◆ Records shown:
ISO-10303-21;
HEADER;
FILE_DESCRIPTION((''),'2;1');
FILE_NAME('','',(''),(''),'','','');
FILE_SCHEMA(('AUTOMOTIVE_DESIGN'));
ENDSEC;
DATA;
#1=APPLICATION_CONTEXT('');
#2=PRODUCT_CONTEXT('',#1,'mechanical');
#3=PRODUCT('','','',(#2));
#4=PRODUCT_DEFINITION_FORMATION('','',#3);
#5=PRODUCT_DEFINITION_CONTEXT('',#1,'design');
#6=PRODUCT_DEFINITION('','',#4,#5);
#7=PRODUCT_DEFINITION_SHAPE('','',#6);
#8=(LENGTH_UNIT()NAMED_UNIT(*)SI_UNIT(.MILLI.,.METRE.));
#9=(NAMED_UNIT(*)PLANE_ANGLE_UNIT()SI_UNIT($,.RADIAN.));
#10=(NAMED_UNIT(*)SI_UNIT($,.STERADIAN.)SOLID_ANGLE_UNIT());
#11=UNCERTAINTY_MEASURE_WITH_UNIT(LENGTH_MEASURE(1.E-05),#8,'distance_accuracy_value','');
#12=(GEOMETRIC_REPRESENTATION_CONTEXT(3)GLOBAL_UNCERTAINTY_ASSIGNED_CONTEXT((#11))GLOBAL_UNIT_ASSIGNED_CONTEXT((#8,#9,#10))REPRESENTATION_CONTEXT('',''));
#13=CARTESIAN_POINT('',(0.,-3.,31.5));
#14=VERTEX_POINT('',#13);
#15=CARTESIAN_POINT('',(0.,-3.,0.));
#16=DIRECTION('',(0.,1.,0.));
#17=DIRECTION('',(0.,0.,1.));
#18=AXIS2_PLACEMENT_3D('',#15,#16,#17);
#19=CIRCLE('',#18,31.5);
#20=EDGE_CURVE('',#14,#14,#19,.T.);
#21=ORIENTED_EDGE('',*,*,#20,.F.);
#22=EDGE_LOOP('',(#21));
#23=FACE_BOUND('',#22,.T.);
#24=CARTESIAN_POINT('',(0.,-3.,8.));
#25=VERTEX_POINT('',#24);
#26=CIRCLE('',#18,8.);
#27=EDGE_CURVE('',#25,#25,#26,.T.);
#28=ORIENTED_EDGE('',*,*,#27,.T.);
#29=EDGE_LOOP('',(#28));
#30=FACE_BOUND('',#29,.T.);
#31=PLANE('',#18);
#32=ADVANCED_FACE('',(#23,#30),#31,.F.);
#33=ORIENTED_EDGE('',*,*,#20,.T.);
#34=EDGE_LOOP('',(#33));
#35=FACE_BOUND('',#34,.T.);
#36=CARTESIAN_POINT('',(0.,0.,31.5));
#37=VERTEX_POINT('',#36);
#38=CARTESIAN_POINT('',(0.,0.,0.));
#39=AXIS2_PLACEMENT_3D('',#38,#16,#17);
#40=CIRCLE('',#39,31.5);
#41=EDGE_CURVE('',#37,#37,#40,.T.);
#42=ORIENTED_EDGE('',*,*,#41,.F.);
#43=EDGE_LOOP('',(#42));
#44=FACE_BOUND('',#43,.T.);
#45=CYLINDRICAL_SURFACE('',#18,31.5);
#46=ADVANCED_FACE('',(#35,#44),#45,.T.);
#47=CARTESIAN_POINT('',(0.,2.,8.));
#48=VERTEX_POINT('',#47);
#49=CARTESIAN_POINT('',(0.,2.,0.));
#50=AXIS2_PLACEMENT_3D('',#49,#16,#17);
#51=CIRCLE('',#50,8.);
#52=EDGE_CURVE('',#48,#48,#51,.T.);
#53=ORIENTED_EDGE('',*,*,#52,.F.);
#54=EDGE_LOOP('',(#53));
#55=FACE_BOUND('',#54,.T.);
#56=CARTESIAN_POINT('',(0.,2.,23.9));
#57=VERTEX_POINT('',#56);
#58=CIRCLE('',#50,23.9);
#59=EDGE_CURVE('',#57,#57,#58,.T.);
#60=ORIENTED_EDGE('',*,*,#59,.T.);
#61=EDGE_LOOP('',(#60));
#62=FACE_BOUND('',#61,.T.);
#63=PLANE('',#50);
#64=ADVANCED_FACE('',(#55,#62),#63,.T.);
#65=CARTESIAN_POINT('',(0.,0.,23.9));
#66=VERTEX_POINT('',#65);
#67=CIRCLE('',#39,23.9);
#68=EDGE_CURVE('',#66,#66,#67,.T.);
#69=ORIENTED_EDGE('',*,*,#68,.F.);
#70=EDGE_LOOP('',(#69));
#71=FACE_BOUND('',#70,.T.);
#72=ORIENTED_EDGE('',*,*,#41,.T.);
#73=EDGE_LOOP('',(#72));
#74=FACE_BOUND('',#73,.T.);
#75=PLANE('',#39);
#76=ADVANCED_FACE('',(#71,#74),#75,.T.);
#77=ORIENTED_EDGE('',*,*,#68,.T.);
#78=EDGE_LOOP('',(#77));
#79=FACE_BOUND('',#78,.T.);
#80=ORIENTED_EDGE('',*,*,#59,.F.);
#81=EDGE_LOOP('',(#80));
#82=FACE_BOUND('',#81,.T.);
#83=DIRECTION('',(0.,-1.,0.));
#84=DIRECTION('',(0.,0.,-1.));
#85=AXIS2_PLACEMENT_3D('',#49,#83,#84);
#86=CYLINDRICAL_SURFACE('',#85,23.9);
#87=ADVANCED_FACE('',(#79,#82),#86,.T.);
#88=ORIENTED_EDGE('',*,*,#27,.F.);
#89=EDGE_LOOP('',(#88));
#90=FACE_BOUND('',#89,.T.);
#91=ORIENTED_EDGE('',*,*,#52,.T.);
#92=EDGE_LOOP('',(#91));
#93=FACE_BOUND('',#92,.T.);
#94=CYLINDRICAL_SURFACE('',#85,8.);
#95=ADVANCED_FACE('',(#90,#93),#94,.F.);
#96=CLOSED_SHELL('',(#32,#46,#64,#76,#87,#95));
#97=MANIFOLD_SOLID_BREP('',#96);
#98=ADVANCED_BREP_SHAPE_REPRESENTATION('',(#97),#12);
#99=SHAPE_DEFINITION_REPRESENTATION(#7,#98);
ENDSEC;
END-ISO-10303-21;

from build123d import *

# Parameters (mm, degrees)
CROQUIS1_R              = 23.9
CROQUIS1_R_2            = 8
SALIENTE_EXTRUIR1_DEPTH = 2
SALIENTE_EXTRUIR2_START = -3
CROQUIS1_3_R            = 31.5
CROQUIS1_3_R_2          = 8
SALIENTE_EXTRUIR2_DEPTH = 3


with BuildPart() as part:
    # Croquis1 → Saliente-Extruir1 (new body)
    with BuildSketch(Plane(origin=(0, 0, 0), x_dir=(1, 0, 0), z_dir=(0, 1, 0))):
        Circle(CROQUIS1_R)
        Circle(CROQUIS1_R_2, mode=Mode.SUBTRACT)
    extrude(amount=SALIENTE_EXTRUIR1_DEPTH)

    # Croquis1<3> → Saliente-Extruir2 (add)
    with BuildSketch(Plane(origin=(0, 0, 0), x_dir=(1, 0, 0), z_dir=(0, 1, 0)).offset(SALIENTE_EXTRUIR2_START)):
        Circle(CROQUIS1_3_R)
        Circle(CROQUIS1_3_R_2, mode=Mode.SUBTRACT)
    extrude(amount=SALIENTE_EXTRUIR2_DEPTH)


solid = part.part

◆ Task description:
Each record must be output word for word.

◆ Worked solution:
ISO-10303-21;
HEADER;
FILE_DESCRIPTION((''),'2;1');
FILE_NAME('','',(''),(''),'','','');
FILE_SCHEMA(('AUTOMOTIVE_DESIGN'));
ENDSEC;
DATA;
#1=APPLICATION_CONTEXT('');
#2=PRODUCT_CONTEXT('',#1,'mechanical');
#3=PRODUCT('','','',(#2));
#4=PRODUCT_DEFINITION_FORMATION('','',#3);
#5=PRODUCT_DEFINITION_CONTEXT('',#1,'design');
#6=PRODUCT_DEFINITION('','',#4,#5);
#7=PRODUCT_DEFINITION_SHAPE('','',#6);
#8=(LENGTH_UNIT()NAMED_UNIT(*)SI_UNIT(.MILLI.,.METRE.));
#9=(NAMED_UNIT(*)PLANE_ANGLE_UNIT()SI_UNIT($,.RADIAN.));
#10=(NAMED_UNIT(*)SI_UNIT($,.STERADIAN.)SOLID_ANGLE_UNIT());
#11=UNCERTAINTY_MEASURE_WITH_UNIT(LENGTH_MEASURE(1.E-05),#8,'distance_accuracy_value','');
#12=(GEOMETRIC_REPRESENTATION_CONTEXT(3)GLOBAL_UNCERTAINTY_ASSIGNED_CONTEXT((#11))GLOBAL_UNIT_ASSIGNED_CONTEXT((#8,#9,#10))REPRESENTATION_CONTEXT('',''));
#13=CARTESIAN_POINT('',(0.,-3.,31.5));
#14=VERTEX_POINT('',#13);
#15=CARTESIAN_POINT('',(0.,-3.,0.));
#16=DIRECTION('',(0.,1.,0.));
#17=DIRECTION('',(0.,0.,1.));
#18=AXIS2_PLACEMENT_3D('',#15,#16,#17);
#19=CIRCLE('',#18,31.5);
#20=EDGE_CURVE('',#14,#14,#19,.T.);
#21=ORIENTED_EDGE('',*,*,#20,.F.);
#22=EDGE_LOOP('',(#21));
#23=FACE_BOUND('',#22,.T.);
#24=CARTESIAN_POINT('',(0.,-3.,8.));
#25=VERTEX_POINT('',#24);
#26=CIRCLE('',#18,8.);
#27=EDGE_CURVE('',#25,#25,#26,.T.);
#28=ORIENTED_EDGE('',*,*,#27,.T.);
#29=EDGE_LOOP('',(#28));
#30=FACE_BOUND('',#29,.T.);
#31=PLANE('',#18);
#32=ADVANCED_FACE('',(#23,#30),#31,.F.);
#33=ORIENTED_EDGE('',*,*,#20,.T.);
#34=EDGE_LOOP('',(#33));
#35=FACE_BOUND('',#34,.T.);
#36=CARTESIAN_POINT('',(0.,0.,31.5));
#37=VERTEX_POINT('',#36);
#38=CARTESIAN_POINT('',(0.,0.,0.));
#39=AXIS2_PLACEMENT_3D('',#38,#16,#17);
#40=CIRCLE('',#39,31.5);
#41=EDGE_CURVE('',#37,#37,#40,.T.);
#42=ORIENTED_EDGE('',*,*,#41,.F.);
#43=EDGE_LOOP('',(#42));
#44=FACE_BOUND('',#43,.T.);
#45=CYLINDRICAL_SURFACE('',#18,31.5);
#46=ADVANCED_FACE('',(#35,#44),#45,.T.);
#47=CARTESIAN_POINT('',(0.,2.,8.));
#48=VERTEX_POINT('',#47);
#49=CARTESIAN_POINT('',(0.,2.,0.));
#50=AXIS2_PLACEMENT_3D('',#49,#16,#17);
#51=CIRCLE('',#50,8.);
#52=EDGE_CURVE('',#48,#48,#51,.T.);
#53=ORIENTED_EDGE('',*,*,#52,.F.);
#54=EDGE_LOOP('',(#53));
#55=FACE_BOUND('',#54,.T.);
#56=CARTESIAN_POINT('',(0.,2.,23.9));
#57=VERTEX_POINT('',#56);
#58=CIRCLE('',#50,23.9);
#59=EDGE_CURVE('',#57,#57,#58,.T.);
#60=ORIENTED_EDGE('',*,*,#59,.T.);
#61=EDGE_LOOP('',(#60));
#62=FACE_BOUND('',#61,.T.);
#63=PLANE('',#50);
#64=ADVANCED_FACE('',(#55,#62),#63,.T.);
#65=CARTESIAN_POINT('',(0.,0.,23.9));
#66=VERTEX_POINT('',#65);
#67=CIRCLE('',#39,23.9);
#68=EDGE_CURVE('',#66,#66,#67,.T.);
#69=ORIENTED_EDGE('',*,*,#68,.F.);
#70=EDGE_LOOP('',(#69));
#71=FACE_BOUND('',#70,.T.);
#72=ORIENTED_EDGE('',*,*,#41,.T.);
#73=EDGE_LOOP('',(#72));
#74=FACE_BOUND('',#73,.T.);
#75=PLANE('',#39);
#76=ADVANCED_FACE('',(#71,#74),#75,.T.);
#77=ORIENTED_EDGE('',*,*,#68,.T.);
#78=EDGE_LOOP('',(#77));
#79=FACE_BOUND('',#78,.T.);
#80=ORIENTED_EDGE('',*,*,#59,.F.);
#81=EDGE_LOOP('',(#80));
#82=FACE_BOUND('',#81,.T.);
#83=DIRECTION('',(0.,-1.,0.));
#84=DIRECTION('',(0.,0.,-1.));
#85=AXIS2_PLACEMENT_3D('',#49,#83,#84);
#86=CYLINDRICAL_SURFACE('',#85,23.9);
#87=ADVANCED_FACE('',(#79,#82),#86,.T.);
#88=ORIENTED_EDGE('',*,*,#27,.F.);
#89=EDGE_LOOP('',(#88));
#90=FACE_BOUND('',#89,.T.);
#91=ORIENTED_EDGE('',*,*,#52,.T.);
#92=EDGE_LOOP('',(#91));
#93=FACE_BOUND('',#92,.T.);
#94=CYLINDRICAL_SURFACE('',#85,8.);
#95=ADVANCED_FACE('',(#90,#93),#94,.F.);
#96=CLOSED_SHELL('',(#32,#46,#64,#76,#87,#95));
#97=MANIFOLD_SOLID_BREP('',#96);
#98=ADVANCED_BREP_SHAPE_REPRESENTATION('',(#97),#12);
#99=SHAPE_DEFINITION_REPRESENTATION(#7,#98);
ENDSEC;
END-ISO-10303-21;

from build123d import *

# Parameters (mm, degrees)
CROQUIS1_R              = 23.9
CROQUIS1_R_2            = 8
SALIENTE_EXTRUIR1_DEPTH = 2
SALIENTE_EXTRUIR2_START = -3
CROQUIS1_3_R            = 31.5
CROQUIS1_3_R_2          = 8
SALIENTE_EXTRUIR2_DEPTH = 3


with BuildPart() as part:
    # Croquis1 → Saliente-Extruir1 (new body)
    with BuildSketch(Plane(origin=(0, 0, 0), x_dir=(1, 0, 0), z_dir=(0, 1, 0))):
        Circle(CROQUIS1_R)
        Circle(CROQUIS1_R_2, mode=Mode.SUBTRACT)
    extrude(amount=SALIENTE_EXTRUIR1_DEPTH)

    # Croquis1<3> → Saliente-Extruir2 (add)
    with BuildSketch(Plane(origin=(0, 0, 0), x_dir=(1, 0, 0), z_dir=(0, 1, 0)).offset(SALIENTE_EXTRUIR2_START)):
        Circle(CROQUIS1_3_R)
        Circle(CROQUIS1_3_R_2, mode=Mode.SUBTRACT)
    extrude(amount=SALIENTE_EXTRUIR2_DEPTH)


solid = part.part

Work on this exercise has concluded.